Not really. Python is (fairly) slow for sequential operations. However, vectorising your code using numpy means it is quite fast.

For example, tossing a million coins a hundred times, and print out the difference between the number of heads and the number of tails in each of the 100 trials.

This code takes just over half a second.

import numpy as np
from time import time

start = time()
x = np.random.randint(2, size=(1000000,100))
diffs = 2*np.sum(x, axis=0)-1000000
print(means)

print("That took", time()-start, "seconds")

Having noticed Ghostess post above, here is the vectorised way to do that once, also taking about half a second.

import numpy as np
from time import time

start = time()
x = np.random.randint(2, size=100000000)
diff = 2*np.sum(x)-len(x)
print("Surplus heads =", diff,"taking", time()-start, "seconds")

Regarding Bell's experiment (and the video), one way to think of it is that the experiment is virtually like being able to take two independent measurements on the same particle without one affecting the result of the other. The reason this is so is that we know empirically that if you make the same observation of both of the entangled particles, you always get the same result, so you kind of get the result for the second particle for free when you observe one of them.

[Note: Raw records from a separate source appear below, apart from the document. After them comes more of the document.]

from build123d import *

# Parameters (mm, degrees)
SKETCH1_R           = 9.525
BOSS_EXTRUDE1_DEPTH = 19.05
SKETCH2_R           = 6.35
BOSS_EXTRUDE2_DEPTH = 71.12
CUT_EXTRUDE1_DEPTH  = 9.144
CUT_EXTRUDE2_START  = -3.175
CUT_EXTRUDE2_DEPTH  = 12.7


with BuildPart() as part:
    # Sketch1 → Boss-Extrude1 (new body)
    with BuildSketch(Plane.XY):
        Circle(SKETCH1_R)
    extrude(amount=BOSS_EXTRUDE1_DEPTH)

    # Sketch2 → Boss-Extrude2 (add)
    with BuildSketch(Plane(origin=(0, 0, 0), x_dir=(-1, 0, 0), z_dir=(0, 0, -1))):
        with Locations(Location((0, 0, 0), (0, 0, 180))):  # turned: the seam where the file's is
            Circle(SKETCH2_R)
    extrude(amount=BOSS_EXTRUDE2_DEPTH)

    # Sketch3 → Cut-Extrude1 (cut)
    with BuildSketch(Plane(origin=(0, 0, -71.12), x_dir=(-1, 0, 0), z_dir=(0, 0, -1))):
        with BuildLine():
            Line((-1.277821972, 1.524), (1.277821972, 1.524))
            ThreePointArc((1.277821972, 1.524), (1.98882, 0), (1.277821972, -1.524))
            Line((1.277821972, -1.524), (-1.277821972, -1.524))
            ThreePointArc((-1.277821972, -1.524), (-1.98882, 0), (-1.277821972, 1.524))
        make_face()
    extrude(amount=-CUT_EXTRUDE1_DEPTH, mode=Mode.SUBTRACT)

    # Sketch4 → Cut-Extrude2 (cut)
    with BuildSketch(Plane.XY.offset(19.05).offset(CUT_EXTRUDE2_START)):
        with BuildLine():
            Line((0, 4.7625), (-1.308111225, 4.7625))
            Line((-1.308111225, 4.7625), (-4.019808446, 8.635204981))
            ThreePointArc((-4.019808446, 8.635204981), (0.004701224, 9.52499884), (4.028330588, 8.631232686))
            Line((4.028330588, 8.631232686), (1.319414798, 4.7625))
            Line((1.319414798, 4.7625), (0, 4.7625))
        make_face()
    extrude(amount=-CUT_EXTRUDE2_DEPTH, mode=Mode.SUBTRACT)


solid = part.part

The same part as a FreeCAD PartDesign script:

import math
import FreeCAD as App
import Part
import Sketcher

V = App.Vector
Q = App.Units.Quantity

doc = App.newDocument("Part")
body = doc.addObject("PartDesign::Body", "Body")

sketch1 = doc.addObject("Sketcher::SketchObject", "Sketch")
body.addObject(sketch1)
sketch1.AttachmentSupport = (doc.XY_Plane, [""])
sketch1.MapMode = "FlatFace"
sketch1.addGeometry(Part.Circle(V(0, 0, 0), V(0, 0, 1), 10), False)
sketch1.addConstraint(Sketcher.Constraint("Coincident", 0, 3, -1, 1))
sketch1.addConstraint(Sketcher.Constraint("Diameter", 0, Q("0.75 in")))
pad1 = doc.addObject("PartDesign::Pad", "Pad")
body.addObject(pad1)
pad1.Profile = sketch1
pad1.Length = Q("0.75 in")

sketch2 = doc.addObject("Sketcher::SketchObject", "Sketch001")
body.addObject(sketch2)
sketch2.AttachmentSupport = (doc.XY_Plane, [""])
sketch2.MapMode = "FlatFace"
sketch2.addGeometry(Part.Circle(V(0, 0, 0), V(0, 0, 1), 6), False)
sketch2.addConstraint(Sketcher.Constraint("Coincident", 0, 3, -1, 1))
sketch2.addConstraint(Sketcher.Constraint("Diameter", 0, Q("0.5 in")))
pad2 = doc.addObject("PartDesign::Pad", "Pad001")
body.addObject(pad2)
pad2.Profile = sketch2
pad2.Length = Q("2.8 in")
pad2.Reversed = True

sketch3 = doc.addObject("Sketcher::SketchObject", "Sketch002")
body.addObject(sketch3)
sketch3.AttachmentSupport = (doc.XY_Plane, [""])
sketch3.MapMode = "FlatFace"
sketch3.AttachmentOffset = App.Placement(V(0, 0, -2.8 * 25.4), App.Rotation())
sketch3.addGeometry(Part.LineSegment(V(-1.3, 1.5, 0), V(1.3, 1.5, 0)), False)
sketch3.addGeometry(Part.ArcOfCircle(Part.Circle(V(0, 0, 0), V(0, 0, 1), 2), math.radians(-50), math.radians(50)), False)
sketch3.addGeometry(Part.LineSegment(V(1.3, -1.5, 0), V(-1.3, -1.5, 0)), False)
sketch3.addGeometry(Part.ArcOfCircle(Part.Circle(V(0, 0, 0), V(0, 0, 1), 2), math.radians(130), math.radians(230)), False)
sketch3.addConstraint(Sketcher.Constraint("Coincident", 0, 2, 1, 2))
sketch3.addConstraint(Sketcher.Constraint("Coincident", 1, 1, 2, 1))
sketch3.addConstraint(Sketcher.Constraint("Coincident", 2, 2, 3, 2))
sketch3.addConstraint(Sketcher.Constraint("Coincident", 3, 1, 0, 1))
sketch3.addConstraint(Sketcher.Constraint("Horizontal", 0))
sketch3.addConstraint(Sketcher.Constraint("Horizontal", 2))
sketch3.addConstraint(Sketcher.Constraint("Coincident", 1, 3, -1, 1))
sketch3.addConstraint(Sketcher.Constraint("Coincident", 3, 3, -1, 1))
sketch3.addConstraint(Sketcher.Constraint("Equal", 1, 3))
sketch3.addConstraint(Sketcher.Constraint("Vertical", 0, 2, 1, 1))
sketch3.addConstraint(Sketcher.Constraint("Radius", 1, Q("0.0783 in")))
sketch3.addConstraint(Sketcher.Constraint("DistanceY", -1, 1, 0, 2, Q("0.06 in")))
pocket1 = doc.addObject("PartDesign::Pocket", "Pocket")
body.addObject(pocket1)
pocket1.Profile = sketch3
pocket1.Length = Q("0.36 in")
pocket1.Reversed = True

sketch4 = doc.addObject("Sketcher::SketchObject", "Sketch003")
body.addObject(sketch4)
sketch4.AttachmentSupport = (doc.XY_Plane, [""])
sketch4.MapMode = "FlatFace"
sketch4.AttachmentOffset = App.Placement(V(0, 0, 0.625 * 25.4), App.Rotation())
sketch4.addGeometry(Part.LineSegment(V(-4, 8.6, 0), V(-1.3, 4.8, 0)), False)
sketch4.addGeometry(Part.LineSegment(V(-1.3, 4.8, 0), V(1.3, 4.8, 0)), False)
sketch4.addGeometry(Part.LineSegment(V(1.3, 4.8, 0), V(4, 8.6, 0)), False)
sketch4.addGeometry(Part.ArcOfCircle(Part.Circle(V(0, 0, 0), V(0, 0, 1), 9.5), math.radians(65), math.radians(115)), False)
sketch4.addConstraint(Sketcher.Constraint("Coincident", 0, 2, 1, 1))
sketch4.addConstraint(Sketcher.Constraint("Coincident", 1, 2, 2, 1))
sketch4.addConstraint(Sketcher.Constraint("Coincident", 2, 2, 3, 1))
sketch4.addConstraint(Sketcher.Constraint("Coincident", 3, 2, 0, 1))
sketch4.addConstraint(Sketcher.Constraint("Horizontal", 1))
sketch4.addConstraint(Sketcher.Constraint("Coincident", 3, 3, -1, 1))
sketch4.addConstraint(Sketcher.Constraint("Angle", 0, Q("-55 deg")))
sketch4.addConstraint(Sketcher.Constraint("Angle", 2, Q("55 deg")))
sketch4.addConstraint(Sketcher.Constraint("Radius", 3, Q("0.375 in")))
sketch4.addConstraint(Sketcher.Constraint("DistanceY", -1, 1, 0, 2, Q("0.1875 in")))
sketch4.addConstraint(Sketcher.Constraint("Distance", 0, 4.7277))
sketch4.addConstraint(Sketcher.Constraint("Distance", 2, 4.722851))
pocket2 = doc.addObject("PartDesign::Pocket", "Pocket001")
body.addObject(pocket2)
pocket2.Profile = sketch4
pocket2.Length = Q("0.5 in")

doc.recompute()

The video leads to this concept by starting by making multiple sequential measurements on the same particle first.

Here is another way to follow the reasoning.

Given that if the filters are 22.5 degrees different you get the same outcome 85% of the time, if the results were deterministic you would get the same outcome at least 70% of the time at 45 degrees (no more than 15% discrepancy twice), and would agree at least 40% (no more than 30% discrepancy twice) of the time at 90 degrees different.  But we know they NEVER agree when 90 degrees different!

@elroch, I was hopping that you'll expend on the issue of locality, and determinism, as related to Bell. objectively of course.  

Is there a real  QM philosopher that is willing to jump into this muddy water and take the time to explain the topic of determinism honestly and objectively?  

pythons got achd issues. attn-centric hypo-active.

heres my code (1BB tries) w/ a eggtimer and a callout list when loopcounts when h-t equal one other:

****

from collections import Counter
import random
import time

coinside = ["Heads","Tails"]
loopy = Counter()
start = time.time()

for _ in range (1000000000):
    
    toss_it = random.choice(coinside)
    loopy [toss_it] +=1

    if loopy["Heads"] == loopy["Tails"]:
        print(loopy)  
                        
print(loopy)

print(f'{(round(time.time()-start))} seconds')

***

We have plenty of natural philosophers here.

The scientific conclusion is that for the particles to conspire to reproduce the statistics (rather than behaving independently in absolutely any way), it would be necessary for the particle pair to communicate with each other at faster than the speed of light. While the particle pair possesses non-local quantum information, this information does not determine the results of observations, merely the statistics of those observations, a crucial difference - the one between determinism and the real world.

This conclusion is achieved by choosing the direction of the measurements at each location in a way that is unknown at the other at the time of measurements.

Einstein's initial position was that the result predicted by quantum mechanics was so absurd that an experiment would prove quantum mechanics wrong.